Fix: parsing ident starting with underscore in certain dialects

MohamedAbdeen21 · MohamedAbdeen21 · commit cba873081280 · 2025-05-05T20:55:20.000+01:00
The dialects that support underscore as a separator in numeric literals
used to parse ._123 as a number, meaning that an identifier like
._abc would be parsed as Number `._` and word `abc`, which is
obv wrong.

This PR splits the tokenizer branch for numbers and periods into
two branches to make things easier, fixes the issue mentioned above
and adds tests.
diff --git a/src/tokenizer.rs b/src/tokenizer.rs
@@ -1189,8 +1189,8 @@ impl<'a> Tokenizer<'a> {
 
                     Ok(Some(Token::make_word(&word.concat(), Some(quote_start))))
                 }
-                // numbers and period
-                '0'..='9' | '.' => {
+                // Numbers
+                '0'..='9' => {
                     // Some dialects support underscore as number separator
                     // There can only be one at a time and it must be followed by another digit
                     let is_number_separator = |ch: char, next_char: Option<char>| {
@@ -1199,11 +1199,12 @@ impl<'a> Tokenizer<'a> {
                             && next_char.is_some_and(|next_ch| next_ch.is_ascii_hexdigit())
                     };
 
+                    // Start with number or potential separator
                     let mut s = peeking_next_take_while(chars, |ch, next_ch| {
                         ch.is_ascii_digit() || is_number_separator(ch, next_ch)
                     });
 
-                    // match binary literal that starts with 0x
+                    // Match binary literal that starts with 0x
                     if s == "0" && chars.peek() == Some(&'x') {
                         chars.next();
                         let s2 = peeking_next_take_while(chars, |ch, next_ch| {
@@ -1212,60 +1213,41 @@ impl<'a> Tokenizer<'a> {
                         return Ok(Some(Token::HexStringLiteral(s2)));
                     }
 
-                    // match one period
+                    // Match fractional part after a dot
                     if let Some('.') = chars.peek() {
                         s.push('.');
                         chars.next();
                     }
 
-                    // If the dialect supports identifiers that start with a numeric prefix
-                    // and we have now consumed a dot, check if the previous token was a Word.

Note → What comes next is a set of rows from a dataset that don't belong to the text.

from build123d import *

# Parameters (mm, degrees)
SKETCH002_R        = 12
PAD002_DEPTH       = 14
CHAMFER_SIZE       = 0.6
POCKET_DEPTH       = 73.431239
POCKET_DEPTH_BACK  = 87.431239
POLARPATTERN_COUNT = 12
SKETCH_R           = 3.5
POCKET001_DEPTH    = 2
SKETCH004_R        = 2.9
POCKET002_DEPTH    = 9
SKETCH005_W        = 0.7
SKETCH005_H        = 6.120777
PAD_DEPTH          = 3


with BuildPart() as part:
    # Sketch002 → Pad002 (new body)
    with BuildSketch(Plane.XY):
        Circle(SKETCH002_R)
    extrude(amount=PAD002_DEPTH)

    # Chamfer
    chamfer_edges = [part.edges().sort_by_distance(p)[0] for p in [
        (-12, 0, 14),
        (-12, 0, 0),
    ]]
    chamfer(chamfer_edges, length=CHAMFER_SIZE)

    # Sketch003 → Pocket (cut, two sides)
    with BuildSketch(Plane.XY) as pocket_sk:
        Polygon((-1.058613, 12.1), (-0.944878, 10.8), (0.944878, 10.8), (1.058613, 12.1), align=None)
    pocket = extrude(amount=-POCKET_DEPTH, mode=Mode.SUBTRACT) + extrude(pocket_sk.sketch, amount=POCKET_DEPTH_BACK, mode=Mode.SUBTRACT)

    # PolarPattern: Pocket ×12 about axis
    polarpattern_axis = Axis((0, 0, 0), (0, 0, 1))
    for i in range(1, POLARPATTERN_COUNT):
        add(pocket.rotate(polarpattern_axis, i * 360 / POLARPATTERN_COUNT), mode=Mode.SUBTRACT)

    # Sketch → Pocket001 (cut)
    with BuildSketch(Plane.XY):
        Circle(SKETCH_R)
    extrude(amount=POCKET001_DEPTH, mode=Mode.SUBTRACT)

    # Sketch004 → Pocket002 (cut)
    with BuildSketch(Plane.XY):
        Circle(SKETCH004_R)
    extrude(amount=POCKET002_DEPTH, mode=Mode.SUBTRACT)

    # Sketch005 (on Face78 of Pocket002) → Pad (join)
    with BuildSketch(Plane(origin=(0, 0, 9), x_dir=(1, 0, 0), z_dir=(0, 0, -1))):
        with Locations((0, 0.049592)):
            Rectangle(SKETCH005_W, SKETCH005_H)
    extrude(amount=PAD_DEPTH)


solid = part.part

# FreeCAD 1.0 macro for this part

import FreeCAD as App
import Part
import Sketcher

V = App.Vector
Q = App.Units.Quantity


def edges_at(feature, points):
    """Names of the edges that pass closest to the given points."""
    edges = feature.Shape.Edges
    near = lambda p: min(range(len(edges)), key=lambda i: edges[i].distToShape(Part.Vertex(*p))[0])
    return sorted({f"Edge{near(p) + 1}" for p in points})

doc = App.newDocument("Part")
body = doc.addObject("PartDesign::Body", "Body")

# Sketch on XY plane
sketch1 = body.newObject("Sketcher::SketchObject", "Sketch")
sketch1.AttachmentSupport = (doc.getObject("XY_Plane"), [""])
sketch1.MapMode = "FlatFace"
sketch1.addGeometry(Part.Circle(V(0, 0, 0), V(0, 0, 1), 12), False)
sketch1.addConstraint(Sketcher.Constraint("Coincident", 0, 3, -1, 1))
sketch1.addConstraint(Sketcher.Constraint("Diameter", 0, 24.0))
pad1 = body.newObject("PartDesign::Pad", "Pad")
pad1.Profile = sketch1
pad1.Length = 14
doc.recompute()

chamfer = body.newObject("PartDesign::Chamfer", "Chamfer")
chamfer.Base = (pad1, edges_at(pad1, [(-12, 0, 14), (-12, 0, 0)]))
chamfer.Size = 0.6

# Sketch on XY plane
sketch2 = body.newObject("Sketcher::SketchObject", "Sketch001")
sketch2.AttachmentSupport = (doc.getObject("XY_Plane"), [""])
sketch2.MapMode = "FlatFace"
sketch2.addGeometry(Part.LineSegment(V(-1.058613, 12.1, 0), V(-0.944878, 10.8, 0)), False)
sketch2.addGeometry(Part.LineSegment(V(-0.944878, 10.8, 0), V(0.944878, 10.8, 0)), False)
sketch2.addGeometry(Part.LineSegment(V(0.944878, 10.8, 0), V(1.058613, 12.1, 0)), False)
sketch2.addGeometry(Part.LineSegment(V(1.058613, 12.1, 0), V(-1.058613, 12.1, 0)), False)
sketch2.addConstraint(Sketcher.Constraint("Coincident", 0, 2, 1, 1))
sketch2.addConstraint(Sketcher.Constraint("Coincident", 1, 2, 2, 1))
sketch2.addConstraint(Sketcher.Constraint("Coincident", 2, 2, 3, 1))
sketch2.addConstraint(Sketcher.Constraint("Coincident", 3, 2, 0, 1))
sketch2.addConstraint(Sketcher.Constraint("Horizontal", 1))
sketch2.addConstraint(Sketcher.Constraint("Horizontal", 3))
sketch2.addConstraint(Sketcher.Constraint("Equal", 0, 2))
sketch2.addConstraint(Sketcher.Constraint("Angle", 0, Q("-85.000011 deg")))
sketch2.addConstraint(Sketcher.Constraint("DistanceY", -1, 1, 0, 2, 10.8))
sketch2.addConstraint(Sketcher.Constraint("DistanceY", -1, 1, 2, 2, 12.1))
sketch2.addConstraint(Sketcher.Constraint("DistanceX", 1, 1, 1, 2, 1.889756))
sketch2.addConstraint(Sketcher.Constraint("DistanceX", 0, 2, -1, 1, 0.944878))
pocket1 = body.newObject("PartDesign::Pocket", "Pocket")
pocket1.Profile = sketch2
pocket1.Type = "ThroughAll"
pocket1.Midplane = True
doc.recompute()

polarpattern = body.newObject("PartDesign::PolarPattern", "PolarPattern")
polarpattern.Originals = [pocket1]
polarpattern.Axis = (doc.getObject("Z_Axis"), [""])
polarpattern.Angle = 360
polarpattern.Occurrences = 12
body.Tip = polarpattern

# Sketch on XY plane
sketch3 = body.newObject("Sketcher::SketchObject", "Sketch002")
sketch3.AttachmentSupport = (doc.getObject("XY_Plane"), [""])
sketch3.MapMode = "FlatFace"
sketch3.addGeometry(Part.Circle(V(0, 0, 0), V(0, 0, 1), 3.5), False)
sketch3.addConstraint(Sketcher.Constraint("Coincident", 0, 3, -1, 1))
sketch3.addConstraint(Sketcher.Constraint("Diameter", 0, 7.0))
pocket2 = body.newObject("PartDesign::Pocket", "Pocket001")
pocket2.Profile = sketch3
pocket2.Length = 2
pocket2.Reversed = True

# Sketch on XY plane
sketch4 = body.newObject("Sketcher::SketchObject", "Sketch003")
sketch4.AttachmentSupport = (doc.getObject("XY_Plane"), [""])
sketch4.MapMode = "FlatFace"
sketch4.addGeometry(Part.Circle(V(0, 0, 0), V(0, 0, 1), 2.9), False)
sketch4.addConstraint(Sketcher.Constraint("Coincident", 0, 3, -1, 1))
sketch4.addConstraint(Sketcher.Constraint("Diameter", 0, 5.8))
pocket3 = body.newObject("PartDesign::Pocket", "Pocket002")
pocket3.Profile = sketch4
pocket3.Length = 9
pocket3.Reversed = True

# Sketch on XY plane
sketch5 = body.newObject("Sketcher::SketchObject", "Sketch004")
sketch5.AttachmentSupport = (doc.getObject("XY_Plane"), [""])
sketch5.MapMode = "FlatFace"
sketch5.AttachmentOffset = App.Placement(V(0, 0, 9), App.Rotation())
sketch5.addGeometry(Part.LineSegment(V(-0.35, -3.10998, 0), V(-0.35, 3.010797, 0)), False)
sketch5.addGeometry(Part.LineSegment(V(-0.35, 3.010797, 0), V(0.35, 3.010797, 0)), False)
sketch5.addGeometry(Part.LineSegment(V(0.35, 3.010797, 0), V(0.35, -3.10998, 0)), False)
sketch5.addGeometry(Part.LineSegment(V(0.35, -3.10998, 0), V(-0.35, -3.10998, 0)), False)
sketch5.addConstraint(Sketcher.Constraint("Coincident", 0, 2, 1, 1))
sketch5.addConstraint(Sketcher.Constraint("Coincident", 1, 2, 2, 1))
sketch5.addConstraint(Sketcher.Constraint("Coincident", 2, 2, 3, 1))
sketch5.addConstraint(Sketcher.Constraint("Coincident", 3, 2, 0, 1))
sketch5.addConstraint(Sketcher.Constraint("Vertical", 0))
sketch5.addConstraint(Sketcher.Constraint("Horizontal", 1))
sketch5.addConstraint(Sketcher.Constraint("Vertical", 2))
sketch5.addConstraint(Sketcher.Constraint("Horizontal", 3))
sketch5.addConstraint(Sketcher.Constraint("DistanceX", 1, 1, 1, 2, 0.7))
sketch5.addConstraint(Sketcher.Constraint("DistanceX", 0, 2, -1, 1, 0.35))
sketch5.addConstraint(Sketcher.Constraint("DistanceY", 0, 1, 0, 2, 6.120777))
sketch5.addConstraint(Sketcher.Constraint("DistanceY", 2, 2, -1, 1, 3.10998))
pad2 = body.newObject("PartDesign::Pad", "Pad001")
pad2.Profile = sketch5
pad2.Length = 3
pad2.Reversed = True

doc.recompute()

-                    // If so, what follows is definitely not part of a decimal number and
-                    // we should yield the dot as a dedicated token so compound identifiers
-                    // starting with digits can be parsed correctly.
-                    if s == "." && self.dialect.supports_numeric_prefix() {
-                        if let Some(Token::Word(_)) = prev_token {
-                            return Ok(Some(Token::Period));
-                        }
-                    }
-
-                    // Consume fractional digits.
+                    // Consume fractional digits
                     s += &peeking_next_take_while(chars, |ch, next_ch| {
                         ch.is_ascii_digit() || is_number_separator(ch, next_ch)
                     });
 
-                    // No fraction -> Token::Period
-                    if s == "." {
-                        return Ok(Some(Token::Period));
-                    }
-
-                    // Parse exponent as number
+                    // Parse exponent part (e.g., e+10 or E-5)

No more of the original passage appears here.